On the weekend we had a quick 4-sided/way game of The Battlefield: Miniature Modern Warfare with Harriet using the Dark Eldar, Paddy with the Chaos Space Marines, Alex using Orks and Charlie and I leading the Necrons.
We played a slight variation of the Death Match Game Mode (pg 39 of the rules) which is pretty straight-forward: normally points are awarded for enemy 'kills' and the first team to score 25 points wins. In the interest of time - we had less than an hour before dinner to setup, play and pack everything away - we played to 15 points, limited the number of Units to a max of 3 per Team and made them default Assault (with Bipod) and stuck with 9 CAP per player per turn - nothing too difficult.
The game played fast and furious with Alex's aggressive attack on both the Necrons and Chaos Marines racking up a few points but then he went too deep and was cut down in crossfire between the two forces. Paddy's attack rolls were amazing (Crown Casino watch out) regularly achieving multiple successes thanks to exploding 6's. Harriet was a lot more conservative than her brothers, hugging terrain and focusing on Paddy's units, one-at-a-time.
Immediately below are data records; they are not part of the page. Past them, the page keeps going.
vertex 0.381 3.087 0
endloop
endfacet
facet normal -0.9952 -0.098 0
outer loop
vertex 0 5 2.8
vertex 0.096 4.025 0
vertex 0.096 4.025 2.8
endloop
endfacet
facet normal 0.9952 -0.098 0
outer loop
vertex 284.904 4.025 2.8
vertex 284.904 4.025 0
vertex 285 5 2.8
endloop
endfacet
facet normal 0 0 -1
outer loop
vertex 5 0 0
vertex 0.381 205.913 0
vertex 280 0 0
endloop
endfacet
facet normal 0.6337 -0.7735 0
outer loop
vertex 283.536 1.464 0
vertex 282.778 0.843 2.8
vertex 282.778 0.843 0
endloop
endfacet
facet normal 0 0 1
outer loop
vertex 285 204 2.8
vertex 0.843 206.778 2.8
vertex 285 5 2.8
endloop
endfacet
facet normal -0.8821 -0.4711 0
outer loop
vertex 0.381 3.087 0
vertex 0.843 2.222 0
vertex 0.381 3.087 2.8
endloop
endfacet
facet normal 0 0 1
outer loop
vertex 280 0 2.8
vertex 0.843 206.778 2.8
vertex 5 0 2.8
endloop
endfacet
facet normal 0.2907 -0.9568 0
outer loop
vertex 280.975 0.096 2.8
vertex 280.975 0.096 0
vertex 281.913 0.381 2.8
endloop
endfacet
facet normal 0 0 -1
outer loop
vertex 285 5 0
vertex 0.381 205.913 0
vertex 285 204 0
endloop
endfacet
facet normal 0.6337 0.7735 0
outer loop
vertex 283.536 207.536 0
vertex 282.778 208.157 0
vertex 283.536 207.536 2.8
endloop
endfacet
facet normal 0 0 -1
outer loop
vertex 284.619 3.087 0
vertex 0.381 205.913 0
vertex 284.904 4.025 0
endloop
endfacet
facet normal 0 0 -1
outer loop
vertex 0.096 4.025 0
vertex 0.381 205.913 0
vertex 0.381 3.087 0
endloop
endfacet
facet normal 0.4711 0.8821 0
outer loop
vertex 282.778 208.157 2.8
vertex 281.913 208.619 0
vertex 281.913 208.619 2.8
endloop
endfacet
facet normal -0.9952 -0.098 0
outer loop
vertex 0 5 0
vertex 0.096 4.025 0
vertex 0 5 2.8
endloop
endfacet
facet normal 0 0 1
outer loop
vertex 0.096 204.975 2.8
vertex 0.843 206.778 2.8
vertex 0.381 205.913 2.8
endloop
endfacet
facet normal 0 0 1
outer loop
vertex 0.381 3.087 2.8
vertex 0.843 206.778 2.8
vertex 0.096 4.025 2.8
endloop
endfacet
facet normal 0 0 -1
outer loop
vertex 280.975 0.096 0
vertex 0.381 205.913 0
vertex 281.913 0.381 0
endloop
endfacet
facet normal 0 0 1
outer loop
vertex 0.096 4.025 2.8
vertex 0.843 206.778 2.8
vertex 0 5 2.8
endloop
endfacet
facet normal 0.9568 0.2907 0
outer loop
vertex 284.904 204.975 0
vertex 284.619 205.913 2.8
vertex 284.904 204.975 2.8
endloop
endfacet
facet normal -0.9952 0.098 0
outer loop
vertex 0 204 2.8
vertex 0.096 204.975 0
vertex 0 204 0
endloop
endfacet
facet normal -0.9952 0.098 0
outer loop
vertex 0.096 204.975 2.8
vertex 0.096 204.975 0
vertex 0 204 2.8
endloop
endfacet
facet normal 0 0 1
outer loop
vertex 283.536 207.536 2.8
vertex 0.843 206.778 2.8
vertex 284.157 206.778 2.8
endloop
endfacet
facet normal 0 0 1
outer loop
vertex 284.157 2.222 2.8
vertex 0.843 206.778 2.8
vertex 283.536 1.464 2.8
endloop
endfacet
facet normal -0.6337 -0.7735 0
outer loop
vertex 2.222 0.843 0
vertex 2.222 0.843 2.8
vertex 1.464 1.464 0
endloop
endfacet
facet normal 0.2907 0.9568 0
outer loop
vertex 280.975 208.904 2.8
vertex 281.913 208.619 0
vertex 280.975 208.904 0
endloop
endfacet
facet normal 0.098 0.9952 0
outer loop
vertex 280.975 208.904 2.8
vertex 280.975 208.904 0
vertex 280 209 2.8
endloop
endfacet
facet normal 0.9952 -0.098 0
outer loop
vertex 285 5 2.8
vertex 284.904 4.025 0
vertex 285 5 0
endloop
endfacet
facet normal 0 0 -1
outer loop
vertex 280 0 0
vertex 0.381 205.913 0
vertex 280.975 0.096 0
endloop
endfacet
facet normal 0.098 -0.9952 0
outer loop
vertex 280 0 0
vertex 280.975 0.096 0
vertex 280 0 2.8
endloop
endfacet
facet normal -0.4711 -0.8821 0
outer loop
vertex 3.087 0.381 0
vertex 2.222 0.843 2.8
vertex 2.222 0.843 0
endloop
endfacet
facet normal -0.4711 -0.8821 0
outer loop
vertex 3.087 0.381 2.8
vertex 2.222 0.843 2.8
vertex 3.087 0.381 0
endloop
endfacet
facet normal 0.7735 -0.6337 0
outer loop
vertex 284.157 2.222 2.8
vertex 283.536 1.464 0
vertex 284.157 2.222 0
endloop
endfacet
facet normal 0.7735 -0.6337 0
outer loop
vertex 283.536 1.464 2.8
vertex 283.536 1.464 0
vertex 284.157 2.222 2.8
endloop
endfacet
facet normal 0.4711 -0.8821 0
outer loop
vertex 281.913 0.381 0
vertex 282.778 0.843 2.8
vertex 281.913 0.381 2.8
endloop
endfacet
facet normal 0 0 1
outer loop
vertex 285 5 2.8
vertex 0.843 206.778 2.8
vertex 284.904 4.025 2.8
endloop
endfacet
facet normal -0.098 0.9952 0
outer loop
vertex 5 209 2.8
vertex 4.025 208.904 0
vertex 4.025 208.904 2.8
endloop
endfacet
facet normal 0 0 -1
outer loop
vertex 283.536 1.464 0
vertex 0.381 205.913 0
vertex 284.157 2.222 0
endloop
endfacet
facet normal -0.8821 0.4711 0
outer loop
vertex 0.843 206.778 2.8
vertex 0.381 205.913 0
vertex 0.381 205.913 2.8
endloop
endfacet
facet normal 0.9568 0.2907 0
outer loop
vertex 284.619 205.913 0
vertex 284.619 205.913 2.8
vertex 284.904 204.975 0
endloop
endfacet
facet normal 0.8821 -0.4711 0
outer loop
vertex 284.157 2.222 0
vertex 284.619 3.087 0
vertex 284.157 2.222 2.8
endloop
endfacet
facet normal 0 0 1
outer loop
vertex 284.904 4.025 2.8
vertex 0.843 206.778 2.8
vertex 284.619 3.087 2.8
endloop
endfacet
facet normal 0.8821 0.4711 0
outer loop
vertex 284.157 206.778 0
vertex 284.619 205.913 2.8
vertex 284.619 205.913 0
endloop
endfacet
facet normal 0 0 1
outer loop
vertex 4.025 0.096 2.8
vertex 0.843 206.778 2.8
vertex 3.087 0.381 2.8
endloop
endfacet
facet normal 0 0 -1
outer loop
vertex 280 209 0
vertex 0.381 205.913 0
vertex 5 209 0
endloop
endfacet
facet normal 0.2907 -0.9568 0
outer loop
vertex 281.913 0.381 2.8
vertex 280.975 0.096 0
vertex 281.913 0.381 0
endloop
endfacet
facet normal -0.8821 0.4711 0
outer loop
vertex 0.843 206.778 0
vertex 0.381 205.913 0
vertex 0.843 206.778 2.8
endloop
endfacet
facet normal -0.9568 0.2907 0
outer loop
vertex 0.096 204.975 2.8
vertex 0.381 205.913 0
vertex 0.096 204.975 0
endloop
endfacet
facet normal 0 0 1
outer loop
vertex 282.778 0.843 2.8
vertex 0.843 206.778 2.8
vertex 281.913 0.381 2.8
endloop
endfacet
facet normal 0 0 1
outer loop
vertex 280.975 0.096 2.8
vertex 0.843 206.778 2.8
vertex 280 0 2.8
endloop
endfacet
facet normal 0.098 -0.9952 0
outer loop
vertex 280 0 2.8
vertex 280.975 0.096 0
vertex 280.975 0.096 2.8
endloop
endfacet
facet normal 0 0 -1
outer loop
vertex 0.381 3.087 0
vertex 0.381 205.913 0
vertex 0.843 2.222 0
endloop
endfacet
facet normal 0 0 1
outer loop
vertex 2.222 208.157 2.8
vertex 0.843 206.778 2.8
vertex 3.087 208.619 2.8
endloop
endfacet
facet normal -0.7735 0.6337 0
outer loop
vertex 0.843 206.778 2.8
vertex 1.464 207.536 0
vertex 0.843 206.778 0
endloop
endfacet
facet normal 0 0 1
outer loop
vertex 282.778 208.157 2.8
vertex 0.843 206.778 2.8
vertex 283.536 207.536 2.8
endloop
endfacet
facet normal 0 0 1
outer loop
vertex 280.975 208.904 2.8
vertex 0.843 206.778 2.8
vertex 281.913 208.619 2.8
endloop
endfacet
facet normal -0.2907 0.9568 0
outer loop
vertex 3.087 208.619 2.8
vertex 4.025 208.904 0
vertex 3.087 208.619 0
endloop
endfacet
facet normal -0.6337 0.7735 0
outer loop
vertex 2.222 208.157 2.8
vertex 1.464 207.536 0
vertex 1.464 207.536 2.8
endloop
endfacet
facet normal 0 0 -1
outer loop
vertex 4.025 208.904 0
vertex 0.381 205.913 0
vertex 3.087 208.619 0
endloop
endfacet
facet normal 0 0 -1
In the end Harriet was victorious with Charlie and I coming a close second. This picture says it all:
Whilst I must admit, I prefer the manner in which Rogue Planet keeps all players continually immersed/invested in the game (through the Counteraction mechanism), The Battlefield has lots of features that makes for an exciting game. The manner in which cover is resolved, occupation of terrain and spotting works very nicely. And Spawning: the kids love the fact that they can respawn their downed units and rejoin the battle. That coupled with the opposed combat die rolls kept their attention.
I'm continually amazed at the kid's ability to comprehend complex things like The Battlefield's Overdrive system - maybe it's just not that complicated? Sure I helped them consider options etc, but one thing that definitely helped everyone in that regard was having the following cheat-sheet/card handy:
That card, coupled with providing the active player with 9 CAP tokens/stones/gems made for relatively quick rounds - I think I only had to reference the rulebook twice during the whole game. Big Tick. Often the Card would be snatched out of my hand so that they (not I) could work out their sequence of Actions in their head (tactical planning and some mental arithmetic ✅) without letting onto their opponents what they were considering. It made an old man smile.
PS we also used the Card's side as the standard Unit's Movement - no need for tape measures and rulers people!
Actually, when preparing for the game, I reviewed the rules and realised that I'd misunderstood - previously I was calculating CAP cost using Base to the power of the Action, not a multiple of the Action e.g., a third Shooting Action should cost 6 CAP (2 Base x 3rd Action), but I was applying a cost of 8 CAP (2 Base ^ 3rd Action)*.
*Funnily enough it actually worked and REALLY forced one to think hard whether and how far to put a Unit into Overdrive... might be worth testing again in the future... maybe a mechanism that could account for troop quality??